Your task: Scan each line of the records for the word "first" and extract the ones that have it.

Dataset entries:
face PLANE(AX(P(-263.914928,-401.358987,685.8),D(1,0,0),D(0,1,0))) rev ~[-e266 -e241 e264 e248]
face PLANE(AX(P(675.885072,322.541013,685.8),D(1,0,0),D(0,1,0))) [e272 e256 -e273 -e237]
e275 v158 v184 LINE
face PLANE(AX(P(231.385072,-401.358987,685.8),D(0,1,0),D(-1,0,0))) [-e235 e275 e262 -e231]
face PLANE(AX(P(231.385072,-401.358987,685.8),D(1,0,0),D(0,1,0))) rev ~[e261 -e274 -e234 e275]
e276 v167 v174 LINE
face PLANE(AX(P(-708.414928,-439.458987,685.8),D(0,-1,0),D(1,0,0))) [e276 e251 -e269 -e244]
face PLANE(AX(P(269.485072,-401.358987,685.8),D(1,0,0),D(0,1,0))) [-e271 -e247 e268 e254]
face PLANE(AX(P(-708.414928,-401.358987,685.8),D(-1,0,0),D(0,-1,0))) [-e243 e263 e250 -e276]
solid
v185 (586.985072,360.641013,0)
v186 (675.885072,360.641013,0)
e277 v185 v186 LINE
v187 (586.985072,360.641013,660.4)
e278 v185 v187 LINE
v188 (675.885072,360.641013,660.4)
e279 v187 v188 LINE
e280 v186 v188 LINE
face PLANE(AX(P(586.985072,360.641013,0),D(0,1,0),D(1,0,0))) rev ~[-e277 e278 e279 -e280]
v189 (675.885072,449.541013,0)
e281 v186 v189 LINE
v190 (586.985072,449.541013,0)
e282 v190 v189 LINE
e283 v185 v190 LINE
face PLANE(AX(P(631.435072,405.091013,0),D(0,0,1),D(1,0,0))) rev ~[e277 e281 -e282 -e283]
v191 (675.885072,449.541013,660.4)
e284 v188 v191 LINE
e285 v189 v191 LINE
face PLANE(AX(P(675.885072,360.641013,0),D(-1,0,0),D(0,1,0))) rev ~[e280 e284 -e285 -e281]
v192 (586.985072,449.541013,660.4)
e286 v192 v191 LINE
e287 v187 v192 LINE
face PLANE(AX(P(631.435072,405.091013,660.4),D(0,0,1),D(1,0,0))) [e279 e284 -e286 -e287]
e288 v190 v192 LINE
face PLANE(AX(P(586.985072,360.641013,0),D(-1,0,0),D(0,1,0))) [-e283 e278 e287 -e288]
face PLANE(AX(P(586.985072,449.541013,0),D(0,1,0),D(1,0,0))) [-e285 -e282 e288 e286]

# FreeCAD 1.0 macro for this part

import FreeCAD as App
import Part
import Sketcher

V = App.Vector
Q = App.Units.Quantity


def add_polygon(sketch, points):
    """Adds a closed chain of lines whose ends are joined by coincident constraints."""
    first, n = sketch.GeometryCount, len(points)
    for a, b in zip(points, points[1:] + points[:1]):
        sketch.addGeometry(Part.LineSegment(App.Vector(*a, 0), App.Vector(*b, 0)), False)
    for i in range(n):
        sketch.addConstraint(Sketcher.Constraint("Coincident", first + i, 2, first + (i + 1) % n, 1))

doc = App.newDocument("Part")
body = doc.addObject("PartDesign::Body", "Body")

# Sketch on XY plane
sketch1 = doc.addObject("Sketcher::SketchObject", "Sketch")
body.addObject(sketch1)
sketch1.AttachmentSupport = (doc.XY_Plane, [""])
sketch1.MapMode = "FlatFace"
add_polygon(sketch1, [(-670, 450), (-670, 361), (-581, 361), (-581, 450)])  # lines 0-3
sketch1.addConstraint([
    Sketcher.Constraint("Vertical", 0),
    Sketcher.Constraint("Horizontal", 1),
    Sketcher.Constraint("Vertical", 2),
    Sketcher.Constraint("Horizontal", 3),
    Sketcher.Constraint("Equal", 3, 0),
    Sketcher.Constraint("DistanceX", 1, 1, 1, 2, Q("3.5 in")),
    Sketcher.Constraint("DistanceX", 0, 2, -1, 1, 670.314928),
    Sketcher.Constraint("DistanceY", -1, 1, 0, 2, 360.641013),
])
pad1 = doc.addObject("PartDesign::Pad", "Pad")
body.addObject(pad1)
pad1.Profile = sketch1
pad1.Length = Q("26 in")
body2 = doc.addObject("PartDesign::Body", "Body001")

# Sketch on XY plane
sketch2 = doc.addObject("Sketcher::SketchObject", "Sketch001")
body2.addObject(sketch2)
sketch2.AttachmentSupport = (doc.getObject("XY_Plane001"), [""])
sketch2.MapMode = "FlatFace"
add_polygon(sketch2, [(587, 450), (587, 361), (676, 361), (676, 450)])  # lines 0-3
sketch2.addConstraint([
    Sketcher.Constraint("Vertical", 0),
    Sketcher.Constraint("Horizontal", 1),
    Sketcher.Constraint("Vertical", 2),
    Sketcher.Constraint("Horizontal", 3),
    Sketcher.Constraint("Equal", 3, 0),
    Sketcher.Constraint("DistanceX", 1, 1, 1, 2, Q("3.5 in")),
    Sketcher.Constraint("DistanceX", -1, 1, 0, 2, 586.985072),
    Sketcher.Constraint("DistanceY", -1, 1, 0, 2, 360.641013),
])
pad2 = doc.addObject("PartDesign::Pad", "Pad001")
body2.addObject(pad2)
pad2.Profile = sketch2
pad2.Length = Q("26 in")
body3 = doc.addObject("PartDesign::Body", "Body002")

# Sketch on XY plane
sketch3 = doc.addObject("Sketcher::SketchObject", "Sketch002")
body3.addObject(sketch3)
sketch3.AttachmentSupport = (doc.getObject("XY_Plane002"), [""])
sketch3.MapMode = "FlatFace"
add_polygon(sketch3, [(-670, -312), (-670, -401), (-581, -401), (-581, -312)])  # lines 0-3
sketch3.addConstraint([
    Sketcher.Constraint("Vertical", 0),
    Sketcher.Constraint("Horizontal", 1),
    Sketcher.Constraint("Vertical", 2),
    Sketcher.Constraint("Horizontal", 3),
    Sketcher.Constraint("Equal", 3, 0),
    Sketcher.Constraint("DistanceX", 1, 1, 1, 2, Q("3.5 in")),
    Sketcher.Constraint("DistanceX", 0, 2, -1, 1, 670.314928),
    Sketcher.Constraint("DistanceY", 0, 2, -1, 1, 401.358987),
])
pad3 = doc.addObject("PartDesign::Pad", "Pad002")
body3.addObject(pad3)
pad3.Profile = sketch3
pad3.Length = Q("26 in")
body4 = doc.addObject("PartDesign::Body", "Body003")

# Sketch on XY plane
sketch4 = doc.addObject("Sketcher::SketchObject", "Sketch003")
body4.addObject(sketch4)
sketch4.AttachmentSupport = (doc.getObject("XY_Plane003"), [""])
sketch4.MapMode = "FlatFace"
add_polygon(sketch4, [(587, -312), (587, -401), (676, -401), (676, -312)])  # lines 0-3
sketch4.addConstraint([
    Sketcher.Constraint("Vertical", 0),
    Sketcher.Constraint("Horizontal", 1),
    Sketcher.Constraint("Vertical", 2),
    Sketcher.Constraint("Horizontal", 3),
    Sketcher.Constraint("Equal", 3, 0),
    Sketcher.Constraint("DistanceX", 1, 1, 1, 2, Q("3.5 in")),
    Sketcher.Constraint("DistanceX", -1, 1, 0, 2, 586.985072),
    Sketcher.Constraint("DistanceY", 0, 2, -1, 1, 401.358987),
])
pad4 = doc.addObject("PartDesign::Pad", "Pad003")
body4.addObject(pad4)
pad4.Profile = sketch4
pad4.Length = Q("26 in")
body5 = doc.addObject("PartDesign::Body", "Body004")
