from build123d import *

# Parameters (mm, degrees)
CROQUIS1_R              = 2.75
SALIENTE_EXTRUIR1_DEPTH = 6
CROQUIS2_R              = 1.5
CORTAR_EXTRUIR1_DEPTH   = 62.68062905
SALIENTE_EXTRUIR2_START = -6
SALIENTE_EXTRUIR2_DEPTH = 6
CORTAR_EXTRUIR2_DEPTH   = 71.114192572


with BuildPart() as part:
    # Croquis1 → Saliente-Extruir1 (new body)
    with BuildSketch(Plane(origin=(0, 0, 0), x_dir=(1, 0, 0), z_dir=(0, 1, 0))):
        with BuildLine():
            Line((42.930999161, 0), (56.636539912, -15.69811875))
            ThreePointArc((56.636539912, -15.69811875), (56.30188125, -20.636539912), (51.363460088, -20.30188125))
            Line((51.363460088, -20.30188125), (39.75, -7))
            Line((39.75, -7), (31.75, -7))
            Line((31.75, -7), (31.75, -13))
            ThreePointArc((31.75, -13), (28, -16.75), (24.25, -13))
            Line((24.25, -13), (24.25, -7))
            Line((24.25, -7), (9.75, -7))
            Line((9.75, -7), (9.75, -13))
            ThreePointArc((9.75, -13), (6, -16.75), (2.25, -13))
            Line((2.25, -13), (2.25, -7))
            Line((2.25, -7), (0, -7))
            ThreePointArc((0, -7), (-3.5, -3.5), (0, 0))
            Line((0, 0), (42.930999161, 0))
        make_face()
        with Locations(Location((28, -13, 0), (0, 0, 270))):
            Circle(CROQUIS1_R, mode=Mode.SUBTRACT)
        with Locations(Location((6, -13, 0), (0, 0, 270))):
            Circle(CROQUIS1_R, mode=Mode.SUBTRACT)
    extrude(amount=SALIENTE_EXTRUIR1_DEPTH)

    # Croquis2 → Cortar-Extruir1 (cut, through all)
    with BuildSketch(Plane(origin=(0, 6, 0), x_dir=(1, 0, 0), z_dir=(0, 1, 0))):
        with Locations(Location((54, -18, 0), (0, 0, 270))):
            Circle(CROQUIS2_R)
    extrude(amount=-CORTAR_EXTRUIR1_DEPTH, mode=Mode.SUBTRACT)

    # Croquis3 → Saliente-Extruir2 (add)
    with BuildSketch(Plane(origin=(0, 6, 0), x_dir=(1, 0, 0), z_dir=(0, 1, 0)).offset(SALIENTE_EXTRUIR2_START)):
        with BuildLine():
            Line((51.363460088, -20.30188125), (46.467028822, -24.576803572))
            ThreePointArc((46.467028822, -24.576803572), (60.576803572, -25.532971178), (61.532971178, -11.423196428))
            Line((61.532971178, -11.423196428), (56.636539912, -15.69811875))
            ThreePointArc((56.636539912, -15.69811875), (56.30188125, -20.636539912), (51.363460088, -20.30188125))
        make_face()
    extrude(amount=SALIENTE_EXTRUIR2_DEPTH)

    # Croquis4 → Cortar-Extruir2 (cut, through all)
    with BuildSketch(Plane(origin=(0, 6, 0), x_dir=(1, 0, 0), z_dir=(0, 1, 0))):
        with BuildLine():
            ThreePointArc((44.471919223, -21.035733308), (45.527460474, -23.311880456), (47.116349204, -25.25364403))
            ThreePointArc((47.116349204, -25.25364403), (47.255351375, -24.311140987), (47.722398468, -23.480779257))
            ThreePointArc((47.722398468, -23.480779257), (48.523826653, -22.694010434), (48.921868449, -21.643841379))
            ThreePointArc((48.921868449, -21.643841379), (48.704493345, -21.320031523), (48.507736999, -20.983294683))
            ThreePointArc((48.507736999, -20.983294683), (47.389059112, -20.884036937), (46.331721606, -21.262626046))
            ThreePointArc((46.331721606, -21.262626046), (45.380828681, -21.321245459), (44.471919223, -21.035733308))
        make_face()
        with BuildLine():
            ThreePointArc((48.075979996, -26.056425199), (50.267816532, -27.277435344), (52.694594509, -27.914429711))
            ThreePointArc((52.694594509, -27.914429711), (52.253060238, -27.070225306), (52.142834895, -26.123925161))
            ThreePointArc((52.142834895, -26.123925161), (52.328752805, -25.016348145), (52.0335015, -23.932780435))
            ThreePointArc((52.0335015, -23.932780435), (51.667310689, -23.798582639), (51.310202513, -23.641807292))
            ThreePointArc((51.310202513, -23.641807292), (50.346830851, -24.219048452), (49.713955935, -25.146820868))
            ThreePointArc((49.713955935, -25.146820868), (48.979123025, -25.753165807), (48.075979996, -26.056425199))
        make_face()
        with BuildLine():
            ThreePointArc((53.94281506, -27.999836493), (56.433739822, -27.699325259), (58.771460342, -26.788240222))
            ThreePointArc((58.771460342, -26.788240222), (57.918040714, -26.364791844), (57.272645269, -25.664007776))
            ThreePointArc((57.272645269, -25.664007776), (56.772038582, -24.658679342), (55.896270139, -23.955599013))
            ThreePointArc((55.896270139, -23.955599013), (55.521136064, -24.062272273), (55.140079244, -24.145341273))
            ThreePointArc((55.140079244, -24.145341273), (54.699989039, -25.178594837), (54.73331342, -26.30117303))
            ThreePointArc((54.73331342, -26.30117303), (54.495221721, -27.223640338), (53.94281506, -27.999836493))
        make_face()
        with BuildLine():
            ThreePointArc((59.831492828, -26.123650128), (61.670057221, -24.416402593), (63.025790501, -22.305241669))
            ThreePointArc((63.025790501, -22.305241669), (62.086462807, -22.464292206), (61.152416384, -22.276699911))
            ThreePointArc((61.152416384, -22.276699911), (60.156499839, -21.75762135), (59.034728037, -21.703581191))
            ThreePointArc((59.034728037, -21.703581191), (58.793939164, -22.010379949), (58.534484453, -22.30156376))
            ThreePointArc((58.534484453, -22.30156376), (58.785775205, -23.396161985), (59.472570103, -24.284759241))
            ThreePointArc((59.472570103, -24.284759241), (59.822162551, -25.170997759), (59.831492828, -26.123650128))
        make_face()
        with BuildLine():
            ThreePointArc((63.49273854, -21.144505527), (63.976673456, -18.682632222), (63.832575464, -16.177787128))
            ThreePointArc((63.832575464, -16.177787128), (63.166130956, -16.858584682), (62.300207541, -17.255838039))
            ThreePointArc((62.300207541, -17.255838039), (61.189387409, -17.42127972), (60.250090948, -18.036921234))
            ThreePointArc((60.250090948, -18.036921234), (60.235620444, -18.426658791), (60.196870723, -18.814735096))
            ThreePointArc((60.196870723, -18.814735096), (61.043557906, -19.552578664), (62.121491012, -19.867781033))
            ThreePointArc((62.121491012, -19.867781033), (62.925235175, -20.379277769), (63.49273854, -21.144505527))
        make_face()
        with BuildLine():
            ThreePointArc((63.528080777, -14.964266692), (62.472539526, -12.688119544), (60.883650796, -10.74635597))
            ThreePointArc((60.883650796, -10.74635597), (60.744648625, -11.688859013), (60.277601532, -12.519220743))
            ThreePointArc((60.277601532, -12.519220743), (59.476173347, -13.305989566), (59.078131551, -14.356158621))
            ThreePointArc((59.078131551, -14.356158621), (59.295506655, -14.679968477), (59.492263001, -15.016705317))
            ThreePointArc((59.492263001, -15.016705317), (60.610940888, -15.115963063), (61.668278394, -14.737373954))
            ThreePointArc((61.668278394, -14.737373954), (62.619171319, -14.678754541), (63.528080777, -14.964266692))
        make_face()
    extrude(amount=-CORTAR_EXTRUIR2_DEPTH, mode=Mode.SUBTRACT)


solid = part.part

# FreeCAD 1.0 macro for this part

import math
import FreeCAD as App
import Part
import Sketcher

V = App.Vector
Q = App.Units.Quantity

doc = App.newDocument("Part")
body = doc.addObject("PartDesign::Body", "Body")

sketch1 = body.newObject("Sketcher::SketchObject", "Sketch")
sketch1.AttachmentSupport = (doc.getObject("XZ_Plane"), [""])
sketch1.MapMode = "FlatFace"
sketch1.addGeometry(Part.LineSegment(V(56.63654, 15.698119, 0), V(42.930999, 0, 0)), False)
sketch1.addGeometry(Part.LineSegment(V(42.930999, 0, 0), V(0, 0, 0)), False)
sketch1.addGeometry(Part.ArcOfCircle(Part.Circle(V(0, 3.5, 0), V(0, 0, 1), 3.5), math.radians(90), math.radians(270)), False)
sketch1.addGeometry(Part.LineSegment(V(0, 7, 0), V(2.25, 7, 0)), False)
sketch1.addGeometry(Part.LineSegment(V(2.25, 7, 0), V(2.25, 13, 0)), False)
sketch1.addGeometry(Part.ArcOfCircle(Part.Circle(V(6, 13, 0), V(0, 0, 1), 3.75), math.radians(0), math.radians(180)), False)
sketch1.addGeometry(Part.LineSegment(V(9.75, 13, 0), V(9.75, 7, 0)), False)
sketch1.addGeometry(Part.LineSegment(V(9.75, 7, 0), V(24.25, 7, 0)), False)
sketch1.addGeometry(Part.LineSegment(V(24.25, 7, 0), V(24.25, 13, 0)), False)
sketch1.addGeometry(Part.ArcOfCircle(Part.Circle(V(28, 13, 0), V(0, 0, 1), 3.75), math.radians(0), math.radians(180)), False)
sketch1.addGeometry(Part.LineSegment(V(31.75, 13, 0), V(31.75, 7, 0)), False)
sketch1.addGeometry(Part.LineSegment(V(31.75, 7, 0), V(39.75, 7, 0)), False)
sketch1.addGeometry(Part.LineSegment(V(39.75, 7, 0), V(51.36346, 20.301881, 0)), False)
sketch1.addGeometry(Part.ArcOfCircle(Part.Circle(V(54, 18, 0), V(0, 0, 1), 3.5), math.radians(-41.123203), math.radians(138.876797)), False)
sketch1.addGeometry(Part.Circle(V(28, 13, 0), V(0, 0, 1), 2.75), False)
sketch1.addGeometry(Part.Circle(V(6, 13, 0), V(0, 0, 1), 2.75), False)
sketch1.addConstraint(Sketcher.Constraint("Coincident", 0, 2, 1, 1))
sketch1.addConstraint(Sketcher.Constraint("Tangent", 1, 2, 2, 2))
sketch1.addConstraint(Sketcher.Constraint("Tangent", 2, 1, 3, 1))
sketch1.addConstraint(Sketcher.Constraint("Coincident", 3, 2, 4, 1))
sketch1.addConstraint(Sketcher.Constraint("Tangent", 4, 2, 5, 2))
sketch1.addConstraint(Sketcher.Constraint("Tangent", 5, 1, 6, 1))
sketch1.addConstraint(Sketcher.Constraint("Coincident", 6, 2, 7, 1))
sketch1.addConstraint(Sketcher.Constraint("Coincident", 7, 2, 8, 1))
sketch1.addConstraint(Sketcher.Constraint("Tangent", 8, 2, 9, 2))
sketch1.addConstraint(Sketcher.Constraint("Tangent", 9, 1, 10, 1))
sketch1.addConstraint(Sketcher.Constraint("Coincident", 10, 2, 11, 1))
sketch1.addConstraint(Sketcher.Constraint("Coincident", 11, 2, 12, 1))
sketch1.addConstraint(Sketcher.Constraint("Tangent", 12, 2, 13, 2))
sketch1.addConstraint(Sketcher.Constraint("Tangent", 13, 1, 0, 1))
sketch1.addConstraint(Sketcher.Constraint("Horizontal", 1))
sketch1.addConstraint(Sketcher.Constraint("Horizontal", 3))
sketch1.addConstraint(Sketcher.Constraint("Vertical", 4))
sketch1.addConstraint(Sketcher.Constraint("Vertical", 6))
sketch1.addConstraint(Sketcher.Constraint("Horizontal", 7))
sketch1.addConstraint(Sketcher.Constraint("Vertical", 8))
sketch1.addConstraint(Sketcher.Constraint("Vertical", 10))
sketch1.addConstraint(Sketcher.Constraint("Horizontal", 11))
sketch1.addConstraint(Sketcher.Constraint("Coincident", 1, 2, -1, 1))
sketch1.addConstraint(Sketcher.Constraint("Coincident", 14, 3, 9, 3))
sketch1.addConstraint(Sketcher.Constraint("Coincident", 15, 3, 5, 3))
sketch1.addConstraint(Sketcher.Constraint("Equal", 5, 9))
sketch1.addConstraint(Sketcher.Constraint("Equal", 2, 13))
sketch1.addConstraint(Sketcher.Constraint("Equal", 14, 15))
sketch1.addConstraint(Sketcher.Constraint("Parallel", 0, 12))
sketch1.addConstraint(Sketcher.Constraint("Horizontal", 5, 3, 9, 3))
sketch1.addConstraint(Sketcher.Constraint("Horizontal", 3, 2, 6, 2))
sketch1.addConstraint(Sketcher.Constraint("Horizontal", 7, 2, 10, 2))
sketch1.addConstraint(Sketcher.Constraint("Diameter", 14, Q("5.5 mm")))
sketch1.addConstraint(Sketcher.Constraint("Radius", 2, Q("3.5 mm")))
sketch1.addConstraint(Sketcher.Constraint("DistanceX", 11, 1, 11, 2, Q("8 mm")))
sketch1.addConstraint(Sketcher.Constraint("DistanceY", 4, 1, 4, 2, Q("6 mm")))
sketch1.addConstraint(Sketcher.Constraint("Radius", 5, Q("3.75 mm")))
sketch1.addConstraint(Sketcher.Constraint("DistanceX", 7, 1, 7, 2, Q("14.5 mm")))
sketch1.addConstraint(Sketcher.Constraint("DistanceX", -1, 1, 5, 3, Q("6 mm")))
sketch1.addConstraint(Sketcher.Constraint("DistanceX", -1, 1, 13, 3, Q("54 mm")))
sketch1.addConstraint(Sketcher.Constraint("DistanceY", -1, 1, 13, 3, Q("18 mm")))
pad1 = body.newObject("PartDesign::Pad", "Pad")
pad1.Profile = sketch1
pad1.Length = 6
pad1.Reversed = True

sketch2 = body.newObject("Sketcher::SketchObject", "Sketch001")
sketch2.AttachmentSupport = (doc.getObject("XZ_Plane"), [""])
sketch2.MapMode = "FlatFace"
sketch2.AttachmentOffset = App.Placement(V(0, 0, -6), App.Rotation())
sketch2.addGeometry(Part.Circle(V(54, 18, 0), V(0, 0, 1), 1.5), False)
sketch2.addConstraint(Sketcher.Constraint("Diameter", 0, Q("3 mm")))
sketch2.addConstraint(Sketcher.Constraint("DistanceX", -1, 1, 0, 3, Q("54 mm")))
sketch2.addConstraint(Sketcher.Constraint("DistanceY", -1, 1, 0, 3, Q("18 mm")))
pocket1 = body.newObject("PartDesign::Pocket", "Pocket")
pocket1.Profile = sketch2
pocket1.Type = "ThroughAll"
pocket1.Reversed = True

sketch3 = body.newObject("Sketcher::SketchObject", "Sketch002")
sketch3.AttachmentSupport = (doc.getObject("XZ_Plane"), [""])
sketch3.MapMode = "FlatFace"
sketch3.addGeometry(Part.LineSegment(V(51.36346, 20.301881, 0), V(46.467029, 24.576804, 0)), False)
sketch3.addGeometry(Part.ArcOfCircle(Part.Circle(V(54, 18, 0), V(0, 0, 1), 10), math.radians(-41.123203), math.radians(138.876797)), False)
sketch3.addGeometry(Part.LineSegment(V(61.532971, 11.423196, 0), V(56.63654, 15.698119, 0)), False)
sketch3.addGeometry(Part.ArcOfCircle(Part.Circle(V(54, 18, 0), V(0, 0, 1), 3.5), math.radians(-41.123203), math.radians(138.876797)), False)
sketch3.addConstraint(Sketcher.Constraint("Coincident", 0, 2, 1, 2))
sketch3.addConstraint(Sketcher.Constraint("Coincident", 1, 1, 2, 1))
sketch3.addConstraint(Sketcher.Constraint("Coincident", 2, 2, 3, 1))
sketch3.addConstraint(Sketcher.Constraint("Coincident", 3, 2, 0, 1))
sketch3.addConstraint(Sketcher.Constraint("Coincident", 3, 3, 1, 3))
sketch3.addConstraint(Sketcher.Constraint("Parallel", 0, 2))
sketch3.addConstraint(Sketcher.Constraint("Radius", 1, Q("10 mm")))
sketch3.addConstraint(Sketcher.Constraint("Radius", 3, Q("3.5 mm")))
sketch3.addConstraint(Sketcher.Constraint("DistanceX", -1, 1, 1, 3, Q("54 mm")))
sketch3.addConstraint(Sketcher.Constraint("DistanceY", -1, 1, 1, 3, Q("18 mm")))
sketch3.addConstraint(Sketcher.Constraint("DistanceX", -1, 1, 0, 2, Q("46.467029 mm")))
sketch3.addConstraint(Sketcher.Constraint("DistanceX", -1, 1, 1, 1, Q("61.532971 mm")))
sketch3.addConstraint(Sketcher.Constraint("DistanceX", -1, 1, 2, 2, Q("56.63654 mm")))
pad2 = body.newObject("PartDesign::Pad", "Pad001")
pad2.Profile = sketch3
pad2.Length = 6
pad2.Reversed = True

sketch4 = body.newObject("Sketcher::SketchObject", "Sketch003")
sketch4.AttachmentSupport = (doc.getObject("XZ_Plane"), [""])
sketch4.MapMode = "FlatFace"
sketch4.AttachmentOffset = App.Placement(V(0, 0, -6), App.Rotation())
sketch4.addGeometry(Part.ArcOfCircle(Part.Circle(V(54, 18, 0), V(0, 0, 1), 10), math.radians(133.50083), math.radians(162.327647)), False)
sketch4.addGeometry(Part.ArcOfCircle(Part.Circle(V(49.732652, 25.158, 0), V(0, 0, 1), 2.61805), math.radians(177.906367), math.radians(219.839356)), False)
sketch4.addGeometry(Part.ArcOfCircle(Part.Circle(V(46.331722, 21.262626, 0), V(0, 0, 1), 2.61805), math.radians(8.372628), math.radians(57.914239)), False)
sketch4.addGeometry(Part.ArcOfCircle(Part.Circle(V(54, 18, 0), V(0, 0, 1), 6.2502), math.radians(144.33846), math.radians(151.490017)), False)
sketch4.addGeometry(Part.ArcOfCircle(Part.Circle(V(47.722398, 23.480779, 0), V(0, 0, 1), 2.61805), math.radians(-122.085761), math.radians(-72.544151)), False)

Your solution:
    first, n = sketch.GeometryCount, len(points)
        sketch.addConstraint(Sketcher.Constraint("Coincident", first + i, 2, first + (i + 1) % n, 1))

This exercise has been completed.